Fransa ise Türkiye vatandaşları için hem tarihi hem de kültürel bağları olan bir ülke olarak öne çıkıyor. Fransa’da yaklaşık 800 bin civarında Türkiye kökenli nüfus yaşıyor. Ayrıca Fransa, Avrupa Birliği’nin en büyük ekonomilerinden biri olması, sosyal güvenlik sistemi, eğitim imkanları ve demokratik değerleriyle de Türk vatandaşlarının tercih ettiği ülkeler arasında yer alıyor.
OFPRA’nın raporuna göre, Fransa’da sığınma başvurusu kabul oranı da 2023 yılında yüzde 33’e yükseldi. Bu oran, bir önceki yıl yüzde 29 idi.
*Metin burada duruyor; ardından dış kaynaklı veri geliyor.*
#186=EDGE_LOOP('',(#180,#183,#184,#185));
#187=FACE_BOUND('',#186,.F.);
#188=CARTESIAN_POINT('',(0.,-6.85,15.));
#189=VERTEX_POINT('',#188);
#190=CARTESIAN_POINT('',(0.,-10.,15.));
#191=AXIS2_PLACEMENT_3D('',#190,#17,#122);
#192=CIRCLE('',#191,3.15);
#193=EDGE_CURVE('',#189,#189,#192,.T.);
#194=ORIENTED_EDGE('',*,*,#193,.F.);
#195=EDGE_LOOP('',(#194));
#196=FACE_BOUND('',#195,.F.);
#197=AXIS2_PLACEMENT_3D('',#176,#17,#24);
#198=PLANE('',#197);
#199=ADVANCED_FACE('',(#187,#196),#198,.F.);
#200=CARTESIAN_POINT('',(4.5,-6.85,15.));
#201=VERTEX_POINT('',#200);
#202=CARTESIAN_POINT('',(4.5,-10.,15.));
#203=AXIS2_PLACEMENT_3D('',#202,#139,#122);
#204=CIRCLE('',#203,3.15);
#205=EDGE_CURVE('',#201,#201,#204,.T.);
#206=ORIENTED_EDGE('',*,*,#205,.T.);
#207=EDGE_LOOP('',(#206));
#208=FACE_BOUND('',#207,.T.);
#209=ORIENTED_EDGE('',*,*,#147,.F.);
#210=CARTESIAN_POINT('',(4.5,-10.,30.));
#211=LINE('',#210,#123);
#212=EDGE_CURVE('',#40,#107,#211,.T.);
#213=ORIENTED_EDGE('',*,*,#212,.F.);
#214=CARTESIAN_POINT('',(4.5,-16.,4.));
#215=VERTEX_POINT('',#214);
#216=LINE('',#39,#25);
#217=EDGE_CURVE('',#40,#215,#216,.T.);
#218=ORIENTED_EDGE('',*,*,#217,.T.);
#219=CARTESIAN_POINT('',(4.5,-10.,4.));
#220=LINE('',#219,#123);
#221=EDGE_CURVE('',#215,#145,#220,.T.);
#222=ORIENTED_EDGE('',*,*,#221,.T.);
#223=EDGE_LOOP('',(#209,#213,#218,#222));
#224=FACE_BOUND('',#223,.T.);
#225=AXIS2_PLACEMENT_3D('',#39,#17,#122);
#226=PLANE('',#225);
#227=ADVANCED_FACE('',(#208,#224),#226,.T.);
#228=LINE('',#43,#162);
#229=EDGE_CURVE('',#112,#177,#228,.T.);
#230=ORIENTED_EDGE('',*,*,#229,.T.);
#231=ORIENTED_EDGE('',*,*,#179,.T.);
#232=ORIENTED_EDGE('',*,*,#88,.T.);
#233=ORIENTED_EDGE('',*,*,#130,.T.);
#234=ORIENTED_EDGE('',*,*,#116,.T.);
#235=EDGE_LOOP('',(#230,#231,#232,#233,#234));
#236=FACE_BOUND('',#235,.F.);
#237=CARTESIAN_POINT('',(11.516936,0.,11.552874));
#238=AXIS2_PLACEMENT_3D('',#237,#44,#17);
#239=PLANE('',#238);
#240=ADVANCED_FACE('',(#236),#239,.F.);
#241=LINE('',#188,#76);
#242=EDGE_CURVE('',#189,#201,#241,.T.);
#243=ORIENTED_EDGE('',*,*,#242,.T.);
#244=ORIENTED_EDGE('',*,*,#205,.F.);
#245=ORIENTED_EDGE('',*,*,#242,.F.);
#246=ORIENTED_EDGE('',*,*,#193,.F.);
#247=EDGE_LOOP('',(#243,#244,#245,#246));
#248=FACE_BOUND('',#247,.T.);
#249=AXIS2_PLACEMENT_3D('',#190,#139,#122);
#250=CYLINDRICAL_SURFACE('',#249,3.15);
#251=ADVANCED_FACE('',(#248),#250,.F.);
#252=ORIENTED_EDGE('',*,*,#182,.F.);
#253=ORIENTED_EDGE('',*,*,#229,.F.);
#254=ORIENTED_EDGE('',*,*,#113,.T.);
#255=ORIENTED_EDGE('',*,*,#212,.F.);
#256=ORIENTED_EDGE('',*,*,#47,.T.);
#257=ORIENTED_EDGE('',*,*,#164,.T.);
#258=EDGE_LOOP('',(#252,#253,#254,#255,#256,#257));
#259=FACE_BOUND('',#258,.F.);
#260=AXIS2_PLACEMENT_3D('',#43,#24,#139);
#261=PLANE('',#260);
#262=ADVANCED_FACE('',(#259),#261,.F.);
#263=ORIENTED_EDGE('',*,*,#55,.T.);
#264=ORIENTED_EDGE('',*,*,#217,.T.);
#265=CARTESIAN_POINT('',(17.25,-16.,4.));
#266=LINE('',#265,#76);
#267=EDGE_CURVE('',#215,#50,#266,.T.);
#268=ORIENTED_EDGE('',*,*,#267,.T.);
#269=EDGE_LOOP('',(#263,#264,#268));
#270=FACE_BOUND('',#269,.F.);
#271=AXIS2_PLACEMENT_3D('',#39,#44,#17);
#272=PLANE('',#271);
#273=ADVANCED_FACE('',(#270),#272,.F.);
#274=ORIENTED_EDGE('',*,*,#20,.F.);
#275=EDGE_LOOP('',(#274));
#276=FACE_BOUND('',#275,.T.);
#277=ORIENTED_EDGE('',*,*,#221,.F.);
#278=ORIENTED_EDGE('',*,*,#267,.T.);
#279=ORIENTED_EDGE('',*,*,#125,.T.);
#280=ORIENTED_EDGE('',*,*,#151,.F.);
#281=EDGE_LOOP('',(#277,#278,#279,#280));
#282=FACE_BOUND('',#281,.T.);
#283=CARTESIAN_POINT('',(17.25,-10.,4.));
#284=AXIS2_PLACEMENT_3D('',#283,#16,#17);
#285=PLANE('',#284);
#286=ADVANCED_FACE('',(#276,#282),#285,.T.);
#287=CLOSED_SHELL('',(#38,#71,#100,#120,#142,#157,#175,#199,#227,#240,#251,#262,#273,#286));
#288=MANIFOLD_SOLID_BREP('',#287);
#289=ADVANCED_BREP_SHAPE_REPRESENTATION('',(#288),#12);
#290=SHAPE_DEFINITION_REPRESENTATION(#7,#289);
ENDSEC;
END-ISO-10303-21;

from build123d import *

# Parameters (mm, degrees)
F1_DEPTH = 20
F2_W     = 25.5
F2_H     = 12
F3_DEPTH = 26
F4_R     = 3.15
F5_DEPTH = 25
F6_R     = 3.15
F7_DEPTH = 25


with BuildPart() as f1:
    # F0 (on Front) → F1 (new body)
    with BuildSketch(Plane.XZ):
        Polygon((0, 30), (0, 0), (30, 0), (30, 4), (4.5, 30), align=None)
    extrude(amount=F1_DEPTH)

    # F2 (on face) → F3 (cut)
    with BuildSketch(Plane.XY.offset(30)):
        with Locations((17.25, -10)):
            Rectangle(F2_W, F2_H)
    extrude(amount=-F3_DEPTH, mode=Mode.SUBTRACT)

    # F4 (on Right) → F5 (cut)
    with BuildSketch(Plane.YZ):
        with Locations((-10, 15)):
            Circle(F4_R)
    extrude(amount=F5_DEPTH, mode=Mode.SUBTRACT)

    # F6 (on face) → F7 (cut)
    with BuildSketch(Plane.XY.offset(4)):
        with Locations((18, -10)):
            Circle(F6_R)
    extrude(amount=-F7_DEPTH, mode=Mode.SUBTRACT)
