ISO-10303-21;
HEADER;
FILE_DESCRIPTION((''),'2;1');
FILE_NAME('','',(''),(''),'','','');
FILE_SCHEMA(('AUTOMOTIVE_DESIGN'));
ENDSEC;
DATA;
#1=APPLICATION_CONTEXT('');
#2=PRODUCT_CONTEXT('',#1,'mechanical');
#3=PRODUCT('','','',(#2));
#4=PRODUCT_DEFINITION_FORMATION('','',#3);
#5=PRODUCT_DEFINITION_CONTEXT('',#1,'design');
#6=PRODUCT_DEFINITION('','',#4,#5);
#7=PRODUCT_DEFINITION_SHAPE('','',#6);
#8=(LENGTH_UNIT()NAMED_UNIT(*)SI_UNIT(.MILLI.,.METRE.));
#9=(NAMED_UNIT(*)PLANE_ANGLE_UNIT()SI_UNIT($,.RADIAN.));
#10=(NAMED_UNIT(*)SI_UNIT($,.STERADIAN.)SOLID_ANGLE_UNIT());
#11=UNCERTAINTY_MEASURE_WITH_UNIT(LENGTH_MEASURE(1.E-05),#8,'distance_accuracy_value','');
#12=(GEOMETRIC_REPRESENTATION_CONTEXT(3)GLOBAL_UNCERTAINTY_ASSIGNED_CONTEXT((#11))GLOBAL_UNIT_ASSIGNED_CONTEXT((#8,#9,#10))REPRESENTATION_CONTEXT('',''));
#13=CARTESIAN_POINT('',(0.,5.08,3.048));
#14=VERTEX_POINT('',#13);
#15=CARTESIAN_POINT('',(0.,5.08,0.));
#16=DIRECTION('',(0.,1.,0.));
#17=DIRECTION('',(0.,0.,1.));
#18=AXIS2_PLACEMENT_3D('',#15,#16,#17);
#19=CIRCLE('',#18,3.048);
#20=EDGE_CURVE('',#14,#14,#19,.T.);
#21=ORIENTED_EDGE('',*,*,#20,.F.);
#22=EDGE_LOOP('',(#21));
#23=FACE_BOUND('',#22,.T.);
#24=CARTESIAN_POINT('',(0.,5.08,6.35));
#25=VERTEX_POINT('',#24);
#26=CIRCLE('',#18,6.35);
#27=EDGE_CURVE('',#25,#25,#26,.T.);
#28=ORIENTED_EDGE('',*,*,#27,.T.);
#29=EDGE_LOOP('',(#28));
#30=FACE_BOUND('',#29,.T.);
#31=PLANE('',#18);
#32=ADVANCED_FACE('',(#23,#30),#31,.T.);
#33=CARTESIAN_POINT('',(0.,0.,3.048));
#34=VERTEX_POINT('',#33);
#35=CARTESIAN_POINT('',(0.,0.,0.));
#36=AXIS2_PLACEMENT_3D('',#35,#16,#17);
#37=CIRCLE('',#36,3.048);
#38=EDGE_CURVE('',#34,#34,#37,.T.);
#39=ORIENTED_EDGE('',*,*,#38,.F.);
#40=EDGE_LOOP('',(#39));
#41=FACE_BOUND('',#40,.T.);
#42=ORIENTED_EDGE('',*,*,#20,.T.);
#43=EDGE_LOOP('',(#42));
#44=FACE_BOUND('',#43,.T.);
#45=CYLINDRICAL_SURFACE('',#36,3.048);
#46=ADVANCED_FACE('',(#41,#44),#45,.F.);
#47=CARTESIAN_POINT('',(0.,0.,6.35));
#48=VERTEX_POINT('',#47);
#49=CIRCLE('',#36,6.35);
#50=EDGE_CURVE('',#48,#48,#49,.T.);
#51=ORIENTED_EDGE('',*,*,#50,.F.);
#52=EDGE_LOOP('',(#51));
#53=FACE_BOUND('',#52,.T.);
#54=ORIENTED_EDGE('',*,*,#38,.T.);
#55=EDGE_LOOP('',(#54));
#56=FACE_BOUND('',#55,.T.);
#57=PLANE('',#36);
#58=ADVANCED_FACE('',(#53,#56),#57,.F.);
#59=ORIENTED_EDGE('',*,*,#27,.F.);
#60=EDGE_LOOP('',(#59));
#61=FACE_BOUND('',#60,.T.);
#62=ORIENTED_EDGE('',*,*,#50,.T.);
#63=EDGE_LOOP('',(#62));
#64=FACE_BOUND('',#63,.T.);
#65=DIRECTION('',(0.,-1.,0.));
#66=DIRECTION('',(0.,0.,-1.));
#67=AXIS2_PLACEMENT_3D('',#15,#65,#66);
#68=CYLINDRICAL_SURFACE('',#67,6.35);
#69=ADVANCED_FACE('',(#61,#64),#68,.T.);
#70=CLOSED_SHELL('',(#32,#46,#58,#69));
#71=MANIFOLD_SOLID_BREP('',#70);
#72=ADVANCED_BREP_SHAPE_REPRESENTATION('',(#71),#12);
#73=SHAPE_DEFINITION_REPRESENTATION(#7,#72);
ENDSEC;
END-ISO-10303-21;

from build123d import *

# Parameters (mm, degrees)
SKETCH1_R           = 6.35
BOSS_EXTRUDE1_DEPTH = 5.08
SKETCH2_R           = 3.048
CUT_EXTRUDE1_DEPTH  = 5.08


with BuildPart() as part:
    # Sketch1 → Boss-Extrude1 (new body)
    with BuildSketch(Plane(origin=(0, 0, 0), x_dir=(1, 0, 0), z_dir=(0, 1, 0))):
        with Locations(Location((0, 0, 0), (0, 0, 270))):
            Circle(SKETCH1_R)
    extrude(amount=BOSS_EXTRUDE1_DEPTH)

    # Sketch2 → Cut-Extrude1 (cut)
    with BuildSketch(Plane(origin=(0, 5.08, 0), x_dir=(1, 0, 0), z_dir=(0, 1, 0))):
        with Locations(Location((0, 0, 0), (0, 0, 270))):
            Circle(SKETCH2_R)
    extrude(amount=-CUT_EXTRUDE1_DEPTH, mode=Mode.SUBTRACT)


solid = part.part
Buna göre, geçen yıl Fransa’ya sığınma başvurusu yapanların yaklaşık üçte biri sığınmacı statüsü kazandı. Sığınma başvurusu değerlendirme süresi de ortalama 5,2 aydan 4,2 aya indirildi.
Fransa İçişleri Bakanlığı ise sığınma başvurusu işlemlerini hızlandırırken, başvurusu reddedilenlerin de vakit kaybetmeden sınır dışı edilmesi için çalışmalarını sürdürüyor. Fransa’da geçen yıl aşırı sağ partilerin desteğiyle kabul edilen bir yasa, kaçak göçmenlerle mücadelede önlemlerin artırılmasını öngörüyor. Bu yasa, sivil toplum örgütlerinin ve iktidar partisi içindeki bazı milletvekillerinin tepkisine neden olmuştu.